1. Some additional code added to the Lexer/Preprocessor (nothing in the hot path), similar to the functionality used to expand macros.
  2. Some additional logic needed to add "metaparsed" Decls into template instantiations (setting up scopes etc.).  
  3. There may be issues when the user calls macros in the code strings (e.g. `__metaparse("int SOMEMACRO(foo) = 4")`) — I got crashes early on, added checks and diagnostics to address them, but they were needed in a number of strange spots so a more comprehensive consideration would be warranted.
  4. Would be nice if diagnostics could point inside a string literal, e.g.
```
__metaparse("int i = missspelling;");
                     ^ unknown identifier
```

It’s been awhile but I think that covers it.

I have no doubt that you can get simpler cases working this way. But the way we process source during parsing and during template instantiation are fundamentally different, so I'd expect lots of things to not work (for example, you won't be able to do lookups that find local variables when injecting into a function scope).

But honestly, I don't think implementation complexity is the primary reason we shouldn't do this. I think the better reason is that such an approach is fundamentally distasteful and unhygienic in much the same way that macros are. You know what's worse than a vexing parse bug? A vexing parse bug caused by a compile-time program spitting out an ambiguous string of C++ code. Good metaprogramming is semantic, not based on what a string happens to mean when interpreted in a particular context.

Exactly this.

My work on injection (2015 or 16 I think) started using tokens, but moving to strings is not a big jump. The implementation isn't really hard. What killed that approach was the fact that names in the fragment/token sequence/string are completely reinterpreted at the point that you inject them. Those names that you thought referred to types suddenly don't when injected. If you're lucky, you get compiler errors. If you're unlucky, you can also get runtime bugs.

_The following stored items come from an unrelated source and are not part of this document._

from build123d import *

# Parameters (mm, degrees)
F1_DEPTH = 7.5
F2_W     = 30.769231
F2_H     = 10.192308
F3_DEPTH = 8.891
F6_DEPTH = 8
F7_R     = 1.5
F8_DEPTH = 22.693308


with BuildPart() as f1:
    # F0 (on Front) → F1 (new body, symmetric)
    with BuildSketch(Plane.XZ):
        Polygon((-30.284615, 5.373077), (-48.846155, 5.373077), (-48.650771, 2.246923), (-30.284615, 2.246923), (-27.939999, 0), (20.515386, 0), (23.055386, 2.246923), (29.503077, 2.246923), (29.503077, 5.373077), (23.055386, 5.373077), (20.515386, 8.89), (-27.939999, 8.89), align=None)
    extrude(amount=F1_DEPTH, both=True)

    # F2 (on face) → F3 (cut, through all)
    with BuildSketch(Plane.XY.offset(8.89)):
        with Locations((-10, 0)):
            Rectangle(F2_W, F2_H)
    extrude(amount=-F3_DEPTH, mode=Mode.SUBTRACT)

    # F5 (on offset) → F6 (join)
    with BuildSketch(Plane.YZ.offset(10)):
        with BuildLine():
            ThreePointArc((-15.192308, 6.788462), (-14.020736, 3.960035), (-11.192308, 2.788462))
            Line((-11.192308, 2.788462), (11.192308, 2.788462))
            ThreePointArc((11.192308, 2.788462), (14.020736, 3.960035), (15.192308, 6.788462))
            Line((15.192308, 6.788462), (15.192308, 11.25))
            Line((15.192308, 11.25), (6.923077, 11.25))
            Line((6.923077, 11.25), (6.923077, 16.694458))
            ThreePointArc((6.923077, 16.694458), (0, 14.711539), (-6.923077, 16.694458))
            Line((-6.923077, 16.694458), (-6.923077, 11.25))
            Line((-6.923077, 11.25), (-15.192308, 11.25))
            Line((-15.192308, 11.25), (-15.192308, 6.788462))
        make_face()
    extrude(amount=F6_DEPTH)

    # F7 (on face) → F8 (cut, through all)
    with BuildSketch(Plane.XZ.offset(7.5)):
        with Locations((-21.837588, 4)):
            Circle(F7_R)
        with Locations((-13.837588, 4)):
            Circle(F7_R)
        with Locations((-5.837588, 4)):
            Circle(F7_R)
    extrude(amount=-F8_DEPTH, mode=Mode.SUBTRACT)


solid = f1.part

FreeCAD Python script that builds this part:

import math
import FreeCAD as App
import Part
import Sketcher
from FreeCAD import Vector


def add_polygon(sketch, points):
    """Adds a closed chain of lines whose ends are joined by coincident constraints."""
    first, n = sketch.GeometryCount, len(points)
    for a, b in zip(points, points[1:] + points[:1]):
        sketch.addGeometry(Part.LineSegment(App.Vector(*a, 0), App.Vector(*b, 0)), False)
    for i in range(n):
        sketch.addConstraint(Sketcher.Constraint("Coincident", first + i, 2, first + (i + 1) % n, 1))

doc = App.newDocument("Part")
body = doc.addObject("PartDesign::Body", "Body")

# Sketch on XZ plane
sketch1 = doc.addObject("Sketcher::SketchObject", "Sketch")
body.addObject(sketch1)
sketch1.AttachmentSupport = (doc.XZ_Plane, [""])
sketch1.MapMode = "FlatFace"
add_polygon(sketch1, [(-30.3, 5.4), (-48.8, 5.4), (-48.7, 2.2), (-30.3, 2.2), (-27.9, 0), (20.5, 0), (23.1, 2.2), (29.5, 2.2), (29.5, 5.4), (23.1, 5.4), (20.5, 8.9), (-27.9, 8.9)])  # lines 0-11
sketch1.addConstraint([
    Sketcher.Constraint("Horizontal", 0),
    Sketcher.Constraint("Horizontal", 2),
    Sketcher.Constraint("Horizontal", 4),
    Sketcher.Constraint("Horizontal", 6),
    Sketcher.Constraint("Vertical", 7),
    Sketcher.Constraint("Horizontal", 8),
    Sketcher.Constraint("Horizontal", 10),
    Sketcher.Constraint("PointOnObject", 3, 2, -1),
    Sketcher.Constraint("Horizontal", 2, 2, 5, 2),
    Sketcher.Constraint("Horizontal", 0, 2, 7, 2),
    Sketcher.Constraint("Vertical", 5, 2, 8, 2),
    Sketcher.Constraint("Vertical", 4, 2, 9, 2),
    Sketcher.Constraint("Vertical", 3, 2, 10, 2),
    Sketcher.Constraint("Vertical", 2, 2, 11, 2),
    Sketcher.Constraint("DistanceX", 2, 2, 4, 2, 50.800001),
    Sketcher.Constraint("DistanceX", 3, 2, -1, 1, 27.939999),
    Sketcher.Constraint("DistanceY", -1, 1, 9, 2, 8.89),
    Sketcher.Constraint("DistanceX", 4, 2, 5, 2, 2.54),
    Sketcher.Constraint("DistanceX", 0, 2, 0, 1, 18.56154),
    Sketcher.Constraint("DistanceX", 6, 1, 6, 2, 6.447691),
    Sketcher.Constraint("DistanceX", 2, 1, 2, 2, 18.366156),
    Sketcher.Constraint("DistanceX", 4, 1, 4, 2, 48.455385),
    Sketcher.Constraint("DistanceY", 7, 1, 7, 2, 3.126154),
    Sketcher.Constraint("Distance", 3, 3.247443),
])
pad1 = doc.addObject("PartDesign::Pad", "Pad")
body.addObject(pad1)
pad1.Profile = sketch1
pad1.Length = 15
pad1.Midplane = True

# Sketch on XY plane
sketch2 = doc.addObject("Sketcher::SketchObject", "Sketch001")
body.addObject(sketch2)
sketch2.AttachmentSupport = (doc.XY_Plane, [""])
sketch2.MapMode = "FlatFace"
sketch2.AttachmentOffset = App.Placement(Vector(0, 0, 8.89), App.Rotation())
add_polygon(sketch2, [(-25, 5), (-25, -5), (5, -5), (5, 5)])  # lines 0-3
sketch2.addConstraint([
    Sketcher.Constraint("Vertical", 0),
    Sketcher.Constraint("Horizontal", 1),
    Sketcher.Constraint("Vertical", 2),
    Sketcher.Constraint("Horizontal", 3),
    Sketcher.Constraint("DistanceX", 1, 1, 1, 2, 30.769231),
    Sketcher.Constraint("DistanceY", 0, 2, 0, 1, 10.192308),
    Sketcher.Constraint("DistanceX", 0, 2, -1, 1, 25.384615),
    Sketcher.Constraint("DistanceY", 0, 2, -1, 1, 5.096154),
])
pocket1 = doc.addObject("PartDesign::Pocket", "Pocket")
body.addObject(pocket1)
pocket1.Profile = sketch2
pocket1.Type = "ThroughAll"

# Sketch on YZ plane
sketch3 = doc.addObject("Sketcher::SketchObject", "Sketch002")
body.addObject(sketch3)
sketch3.AttachmentSupport = (doc.YZ_Plane, [""])
sketch3.MapMode = "FlatFace"
sketch3.AttachmentOffset = App.Placement(Vector(0, 0, 10), App.Rotation())
sketch3.addGeometry([
    Part.ArcOfCircle(Part.Circle(Vector(-11.2, 6.8, 0), Vector(0, 0, 1), 4), math.radians(180), math.radians(270)),  # 0
    Part.LineSegment(Vector(-11.2, 2.8, 0), Vector(11.2, 2.8, 0)),  # 1
    Part.ArcOfCircle(Part.Circle(Vector(11.2, 6.8, 0), Vector(0, 0, 1), 4), math.radians(-90), math.radians(0)),  # 2
    Part.LineSegment(Vector(15.2, 6.8, 0), Vector(15.2, 11.2, 0)),  # 3
    Part.LineSegment(Vector(15.2, 11.2, 0), Vector(6.9, 11.2, 0)),  # 4
    Part.LineSegment(Vector(6.9, 11.2, 0), Vector(6.9, 16.7, 0)),  # 5
    Part.ArcOfCircle(Part.Circle(Vector(0, 27.8, 0), Vector(0, 0, 1), 13.1), math.radians(-122), math.radians(-58)),  # 6
    Part.LineSegment(Vector(-6.9, 16.7, 0), Vector(-6.9, 11.2, 0)),  # 7
    Part.LineSegment(Vector(-6.9, 11.2, 0), Vector(-15.2, 11.2, 0)),  # 8
    Part.LineSegment(Vector(-15.2, 11.2, 0), Vector(-15.2, 6.8, 0)),  # 9
], False)
sketch3.addConstraint([
    Sketcher.Constraint("Tangent", 0, 2, 1, 1),
    Sketcher.Constraint("Tangent", 1, 2, 2, 1),
    Sketcher.Constraint("Tangent", 2, 2, 3, 1),
    Sketcher.Constraint("Coincident", 3, 2, 4, 1),
    Sketcher.Constraint("Coincident", 4, 2, 5, 1),
    Sketcher.Constraint("Coincident", 5, 2, 6, 2),
    Sketcher.Constraint("Coincident", 6, 1, 7, 1),
    Sketcher.Constraint("Coincident", 7, 2, 8, 1),
    Sketcher.Constraint("Coincident", 8, 2, 9, 1),
    Sketcher.Constraint("Tangent", 9, 2, 0, 1),
    Sketcher.Constraint("Horizontal", 1),
    Sketcher.Constraint("Vertical", 3),
    Sketcher.Constraint("Horizontal", 4),
    Sketcher.Constraint("Vertical", 5),
    Sketcher.Constraint("Vertical", 7),
    Sketcher.Constraint("Horizontal", 8),
    Sketcher.Constraint("Vertical", 9),
    Sketcher.Constraint("Equal", 0, 2),
    Sketcher.Constraint("Symmetric", 5, 2, 6, 1, -2),
    Sketcher.Constraint("Symmetric", 3, 2, 8, 2, -2),
    Sketcher.Constraint("Radius", 0, 3.999999),
    Sketcher.Constraint("DistanceY", 0, 2, 6, 3, 25.000001),
    Sketcher.Constraint("DistanceY", -1, 1, 3, 2, 11.25),
    Sketcher.Constraint("Radius", 6, 13.076924),
    Sketcher.Constraint("DistanceX", 4, 2, 4, 1, 8.269231),
    Sketcher.Constraint("DistanceY", 5, 1, 5, 2, 5.444458),
    Sketcher.Constraint("DistanceX", 1, 1, 1, 2, 22.384616),
])
pad2 = doc.addObject("PartDesign::Pad", "Pad001")
body.addObject(pad2)
pad2.Profile = sketch3
pad2.Length = 8

# Sketch on XZ plane
sketch4 = doc.addObject("Sketcher::SketchObject", "Sketch003")
body.addObject(sketch4)
sketch4.AttachmentSupport = (doc.XZ_Plane, [""])
sketch4.MapMode = "FlatFace"
sketch4.AttachmentOffset = App.Placement(Vector(0, 0, 7.5), App.Rotation())
sketch4.addGeometry([
    Part.Circle(Vector(-21.8, 4, 0), Vector(0, 0, 1), 1.5),
    Part.Circle(Vector(-13.8, 4, 0), Vector(0, 0, 1), 1.5),
    Part.Circle(Vector(-5.8, 4, 0), Vector(0, 0, 1), 1.5),
], False)
sketch4.addConstraint([
    Sketcher.Constraint("Equal", 0, 1),
    Sketcher.Constraint("Equal", 1, 2),
    Sketcher.Constraint("Horizontal", 0, 3, 1, 3),
    Sketcher.Constraint("Horizontal", 1, 3, 2, 3),
    Sketcher.Constraint("Diameter", 0, 3.0),
    Sketcher.Constraint("DistanceY", -1, 1, 0, 3, 4.0),
    Sketcher.Constraint("DistanceX", 0, 3, 1, 3, 8.0),
    Sketcher.Constraint("DistanceX", 1, 3, 2, 3, 8.0),
    Sketcher.Constraint("DistanceX", 0, 3, -1, 1, 21.837588),
])
pocket2 = doc.addObject("PartDesign::Pocket", "Pocket001")
body.addObject(pocket2)
pocket2.Profile = sketch4
pocket2.Type = "ThroughAll"

doc.recompute()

I spent a month or so trying to find ways to alleviate those problems, but still using macros and ended up with a weird kind-of-like-C++ grammar that mostly worked, but only in trivial cases. So, I looked at using templates as a basis for injection. The underlying concepts aren't too fundamentally different.

Anyway, all of that "needless complexity" in fragments aims to provide a strong guarantee that the code injected into a program has the meaning intended when it was written. And actual users don't seem to have been terribly burdened by the model.